The following script will run a dask-cuda cluster on two compute nodes, then it executes a Python script running BlazingSQL.
#BSUB -P ABC123
#BSUB -W 0:05
#BSUB -alloc_flags "gpumps smt4 NVME"
#BSUB -nnodes 2
#BSUB -q batch
#BSUB -J bsql_dask
#BSUB -o bsql_dask_%J.out
#BSUB -e bsql_dask_%J.out
PROJ_ID=abc123
module load ums
module load ums-gen119
module load nvidia-rapids/21.08
SCHEDULER_DIR=$MEMBERWORK/$PROJ_ID/dask
BSQL_LOG_DIR=$MEMBERWORK/$PROJ_ID/bsql
WORKER_DIR=/mnt/bb/$USER
mkdir -p $SCHEDULER_DIR
mkdir -p $BSQL_LOG_DIR
SCHEDULER_FILE=$SCHEDULER_DIR/my-scheduler.json
echo 'Running scheduler'
jsrun --nrs 1 --tasks_per_rs 1 --cpu_per_rs 2 --smpiargs="-disable_gpu_hooks" \
dask-scheduler --interface ib0 --scheduler-file $SCHEDULER_FILE \
--no-dashboard --no-show &
#Wait for the dask-scheduler to start
sleep 10
jsrun --rs_per_host 6 --tasks_per_rs 1 --cpu_per_rs 2 --gpu_per_rs 1 --smpiargs="-disable_gpu_hooks" \
dask-cuda-worker --nthreads 1 --memory-limit 82GB --device-memory-limit 16GB --rmm-pool-size=15GB \
--death-timeout 60 --interface ib0 --scheduler-file $SCHEDULER_FILE --local-directory $WORKER_DIR \
--no-dashboard &
#Wait for WORKERS
sleep 10
export BSQL_BLAZING_LOGGING_DIRECTORY=$BSQL_LOG_DIR
export BSQL_BLAZING_LOCAL_LOGGING_DIRECTORY=$BSQL_LOG_DIR
python -u $CONDA_PREFIX/examples/blazingsql/bsql_test_multi.py $SCHEDULER_FILE
wait
#clean LOG files
rm -fr $SCHEDULER_DIR
rm -fr $BSQL_LOG_DIR
Note
BSQL_*
environment variables defines the behavior of BlazingContext. Refer to BlazingContext options for a full description.
Once the dask-cluster is running, the BlazingSQL script should perform five main tasks:
Create a dask client to connect to the dask-scheduler.

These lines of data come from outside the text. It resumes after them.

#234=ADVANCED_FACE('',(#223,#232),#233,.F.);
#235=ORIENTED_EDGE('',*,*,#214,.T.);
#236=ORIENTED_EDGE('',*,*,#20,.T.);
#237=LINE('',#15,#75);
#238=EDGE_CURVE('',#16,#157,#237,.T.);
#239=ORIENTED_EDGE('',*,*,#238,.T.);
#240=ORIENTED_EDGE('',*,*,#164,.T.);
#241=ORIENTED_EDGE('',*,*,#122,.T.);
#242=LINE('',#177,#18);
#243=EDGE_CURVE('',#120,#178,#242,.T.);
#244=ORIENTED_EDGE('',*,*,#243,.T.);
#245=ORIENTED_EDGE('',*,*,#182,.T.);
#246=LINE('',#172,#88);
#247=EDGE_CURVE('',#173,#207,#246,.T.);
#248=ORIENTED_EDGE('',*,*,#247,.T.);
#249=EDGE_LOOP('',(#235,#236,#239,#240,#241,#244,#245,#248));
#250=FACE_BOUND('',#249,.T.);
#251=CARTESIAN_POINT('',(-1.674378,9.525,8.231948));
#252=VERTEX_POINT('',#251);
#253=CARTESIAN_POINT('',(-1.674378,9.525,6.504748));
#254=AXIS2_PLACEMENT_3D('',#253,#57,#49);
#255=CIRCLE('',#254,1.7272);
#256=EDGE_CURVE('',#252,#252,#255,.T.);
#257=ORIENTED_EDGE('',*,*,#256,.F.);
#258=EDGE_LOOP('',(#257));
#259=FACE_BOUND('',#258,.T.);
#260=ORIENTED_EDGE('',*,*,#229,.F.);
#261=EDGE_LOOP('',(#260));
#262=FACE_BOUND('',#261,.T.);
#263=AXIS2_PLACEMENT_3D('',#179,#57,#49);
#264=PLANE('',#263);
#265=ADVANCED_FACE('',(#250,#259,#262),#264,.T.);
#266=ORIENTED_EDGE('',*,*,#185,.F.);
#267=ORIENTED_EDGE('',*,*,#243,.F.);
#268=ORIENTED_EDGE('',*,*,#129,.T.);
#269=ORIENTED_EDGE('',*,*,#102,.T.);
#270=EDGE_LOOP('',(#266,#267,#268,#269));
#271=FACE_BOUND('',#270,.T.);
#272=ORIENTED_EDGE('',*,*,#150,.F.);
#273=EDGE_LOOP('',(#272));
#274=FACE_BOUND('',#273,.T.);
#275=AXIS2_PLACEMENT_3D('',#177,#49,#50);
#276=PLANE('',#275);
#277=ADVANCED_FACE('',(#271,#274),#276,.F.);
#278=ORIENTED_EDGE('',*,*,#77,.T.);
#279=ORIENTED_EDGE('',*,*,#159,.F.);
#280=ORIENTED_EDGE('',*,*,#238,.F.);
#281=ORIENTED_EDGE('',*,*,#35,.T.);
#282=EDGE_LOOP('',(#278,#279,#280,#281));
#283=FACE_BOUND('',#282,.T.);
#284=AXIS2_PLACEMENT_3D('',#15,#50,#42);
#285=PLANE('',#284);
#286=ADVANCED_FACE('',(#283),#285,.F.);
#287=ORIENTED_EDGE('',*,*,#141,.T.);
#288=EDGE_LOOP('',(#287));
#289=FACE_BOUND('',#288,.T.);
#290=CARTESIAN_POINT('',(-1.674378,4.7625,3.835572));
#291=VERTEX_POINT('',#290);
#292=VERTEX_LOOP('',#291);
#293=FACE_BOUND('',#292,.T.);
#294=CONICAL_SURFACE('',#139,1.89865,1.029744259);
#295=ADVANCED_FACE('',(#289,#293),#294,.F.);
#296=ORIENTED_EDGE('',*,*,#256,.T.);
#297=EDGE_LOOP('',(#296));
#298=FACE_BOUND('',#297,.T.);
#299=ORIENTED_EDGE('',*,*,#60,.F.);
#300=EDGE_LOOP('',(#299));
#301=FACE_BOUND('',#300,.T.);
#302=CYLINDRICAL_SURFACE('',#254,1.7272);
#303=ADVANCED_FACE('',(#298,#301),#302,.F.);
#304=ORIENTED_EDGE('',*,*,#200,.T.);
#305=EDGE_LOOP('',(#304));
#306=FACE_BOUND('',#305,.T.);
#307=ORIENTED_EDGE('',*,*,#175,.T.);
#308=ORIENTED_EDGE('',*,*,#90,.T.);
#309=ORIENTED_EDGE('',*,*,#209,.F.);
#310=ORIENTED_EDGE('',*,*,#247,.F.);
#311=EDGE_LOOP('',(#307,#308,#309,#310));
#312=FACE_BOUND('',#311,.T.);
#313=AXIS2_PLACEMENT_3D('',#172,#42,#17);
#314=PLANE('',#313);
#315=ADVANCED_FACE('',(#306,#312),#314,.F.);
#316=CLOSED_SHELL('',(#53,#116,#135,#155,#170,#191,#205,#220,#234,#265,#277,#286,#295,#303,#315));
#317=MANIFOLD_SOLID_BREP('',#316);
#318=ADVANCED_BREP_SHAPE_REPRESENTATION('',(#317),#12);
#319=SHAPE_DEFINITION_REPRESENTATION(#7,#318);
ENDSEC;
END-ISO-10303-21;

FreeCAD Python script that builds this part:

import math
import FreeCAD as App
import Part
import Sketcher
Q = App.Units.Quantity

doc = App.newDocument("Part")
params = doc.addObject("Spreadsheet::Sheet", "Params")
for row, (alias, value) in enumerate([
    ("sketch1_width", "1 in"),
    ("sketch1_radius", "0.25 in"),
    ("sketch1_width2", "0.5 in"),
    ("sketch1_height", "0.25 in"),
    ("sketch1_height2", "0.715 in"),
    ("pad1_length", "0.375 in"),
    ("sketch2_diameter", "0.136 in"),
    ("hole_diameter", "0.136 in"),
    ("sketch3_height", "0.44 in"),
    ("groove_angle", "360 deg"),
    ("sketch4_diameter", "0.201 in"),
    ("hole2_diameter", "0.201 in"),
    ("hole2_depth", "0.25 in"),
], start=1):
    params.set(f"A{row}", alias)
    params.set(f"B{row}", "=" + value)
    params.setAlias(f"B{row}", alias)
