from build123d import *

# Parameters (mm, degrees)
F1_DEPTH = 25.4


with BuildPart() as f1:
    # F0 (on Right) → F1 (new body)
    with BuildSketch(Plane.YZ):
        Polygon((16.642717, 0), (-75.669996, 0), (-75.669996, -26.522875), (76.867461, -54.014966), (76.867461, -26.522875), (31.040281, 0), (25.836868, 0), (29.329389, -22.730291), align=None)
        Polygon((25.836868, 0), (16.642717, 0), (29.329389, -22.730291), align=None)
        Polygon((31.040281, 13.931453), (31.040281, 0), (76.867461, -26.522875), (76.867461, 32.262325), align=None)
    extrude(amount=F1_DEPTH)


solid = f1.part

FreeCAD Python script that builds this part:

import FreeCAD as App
import Part
import Sketcher

V = App.Vector

doc = App.newDocument("Part")
params = doc.addObject("Spreadsheet::Sheet", "Params")
for row, (alias, value) in enumerate([
    ("pad1_length", "1 in"),
], start=1):
    params.set(f"A{row}", alias)
    params.set(f"B{row}", "=" + value)
    params.setAlias(f"B{row}", alias)

body = doc.addObject("PartDesign::Body", "Body")

# Sketch on YZ plane
sketch1 = doc.addObject("Sketcher::SketchObject", "Sketch")
body.addObject(sketch1)
sketch1.AttachmentSupport = (doc.YZ_Plane, [""])
sketch1.MapMode = "FlatFace"
sketch1.addGeometry(Part.LineSegment(V(-76, 0, 0), V(-76, -27, 0)), False)
sketch1.addGeometry(Part.LineSegment(V(-76, -27, 0), V(77, -54, 0)), False)
sketch1.addGeometry(Part.LineSegment(V(77, -54, 0), V(77, 32, 0)), False)
sketch1.addGeometry(Part.LineSegment(V(77, 32, 0), V(31, 14, 0)), False)
sketch1.addGeometry(Part.LineSegment(V(31, 14, 0), V(31, 0, 0)), False)
sketch1.addGeometry(Part.LineSegment(V(31, 0, 0), V(-76, 0, 0)), False)
sketch1.addConstraint(Sketcher.Constraint("Coincident", 0, 2, 1, 1))
sketch1.addConstraint(Sketcher.Constraint("Coincident", 1, 2, 2, 1))
sketch1.addConstraint(Sketcher.Constraint("Coincident", 2, 2, 3, 1))
sketch1.addConstraint(Sketcher.Constraint("Coincident", 3, 2, 4, 1))
sketch1.addConstraint(Sketcher.Constraint("Coincident", 4, 2, 5, 1))
sketch1.addConstraint(Sketcher.Constraint("Coincident", 5, 2, 0, 1))
sketch1.addConstraint(Sketcher.Constraint("Vertical", 0))
sketch1.addConstraint(Sketcher.Constraint("Vertical", 2))
sketch1.addConstraint(Sketcher.Constraint("Vertical", 4))
sketch1.addConstraint(Sketcher.Constraint("Horizontal", 5))
sketch1.addConstraint(Sketcher.Constraint("PointOnObject", 4, 2, -1))
sketch1.addConstraint(Sketcher.Constraint("DistanceY", 2, 1, 2, 2, 86.277291))
sketch1.addConstraint(Sketcher.Constraint("DistanceY", 0, 2, 2, 2, 58.7852))
sketch1.addConstraint(Sketcher.Constraint("Distance", 1, 154.995132))
sketch1.addConstraint(Sketcher.Constraint("DistanceX", 5, 2, 5, 1, 106.710277))
sketch1.addConstraint(Sketcher.Constraint("DistanceY", 0, 2, 0, 1, 26.522875))
sketch1.addConstraint(Sketcher.Constraint("DistanceY", 4, 2, 4, 1, 13.931453))
sketch1.addConstraint(Sketcher.Constraint("DistanceX", -1, 1, 1, 2, 76.867461))
pad1 = doc.addObject("PartDesign::Pad", "Pad")
body.addObject(pad1)
pad1.Profile = sketch1
pad1.setExpression("Length", "Params.pad1_length")

doc.recompute()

Create a BlazingContext that takes in the dask client.
Create some tables.
Run queries.
Shutting down the dask-cuda-cluster.
This is exemplified in the next script:
import sys
import cudf
from dask.distributed import Client
from blazingsql import BlazingContext
def disconnect(client, workers_list):
client.retire_workers(workers_list, close_workers=True)
client.shutdown()
if __name__ == '__main__':
sched_file = str(sys.argv[1]) #scheduler file
# 1. Create a dask client to connect to the dask-scheduler
client = Client(scheduler_file=sched_file)
print("client information ",client)
workers_info=client.scheduler_info()['workers']
connected_workers = len(workers_info)
print(str(connected_workers) + " workers connected")
# 2. Create a BlazingContext that takes in the dask client
# you want to set `allocator='existing'` if you are launching the dask-cuda-worker with an rmm memory pool
bc = BlazingContext(dask_client = client, network_interface='ib0', allocator='existing')
# 3. Create some tables
bc.create_table('my_table','/data/file*.parquet')
# 4. Run queries
ddf = bc.sql('select count(*) from my_table')
print(ddf.head())
# 5. Shutting down the dask-cuda-cluster
print("Shutting down the cluster")
workers_list = list(workers_info)
disconnect (client, workers_list)
Note
Consult this example for single gpu usage. Then, follow RAPIDS’ basic or simultaneous execution LFS scripts.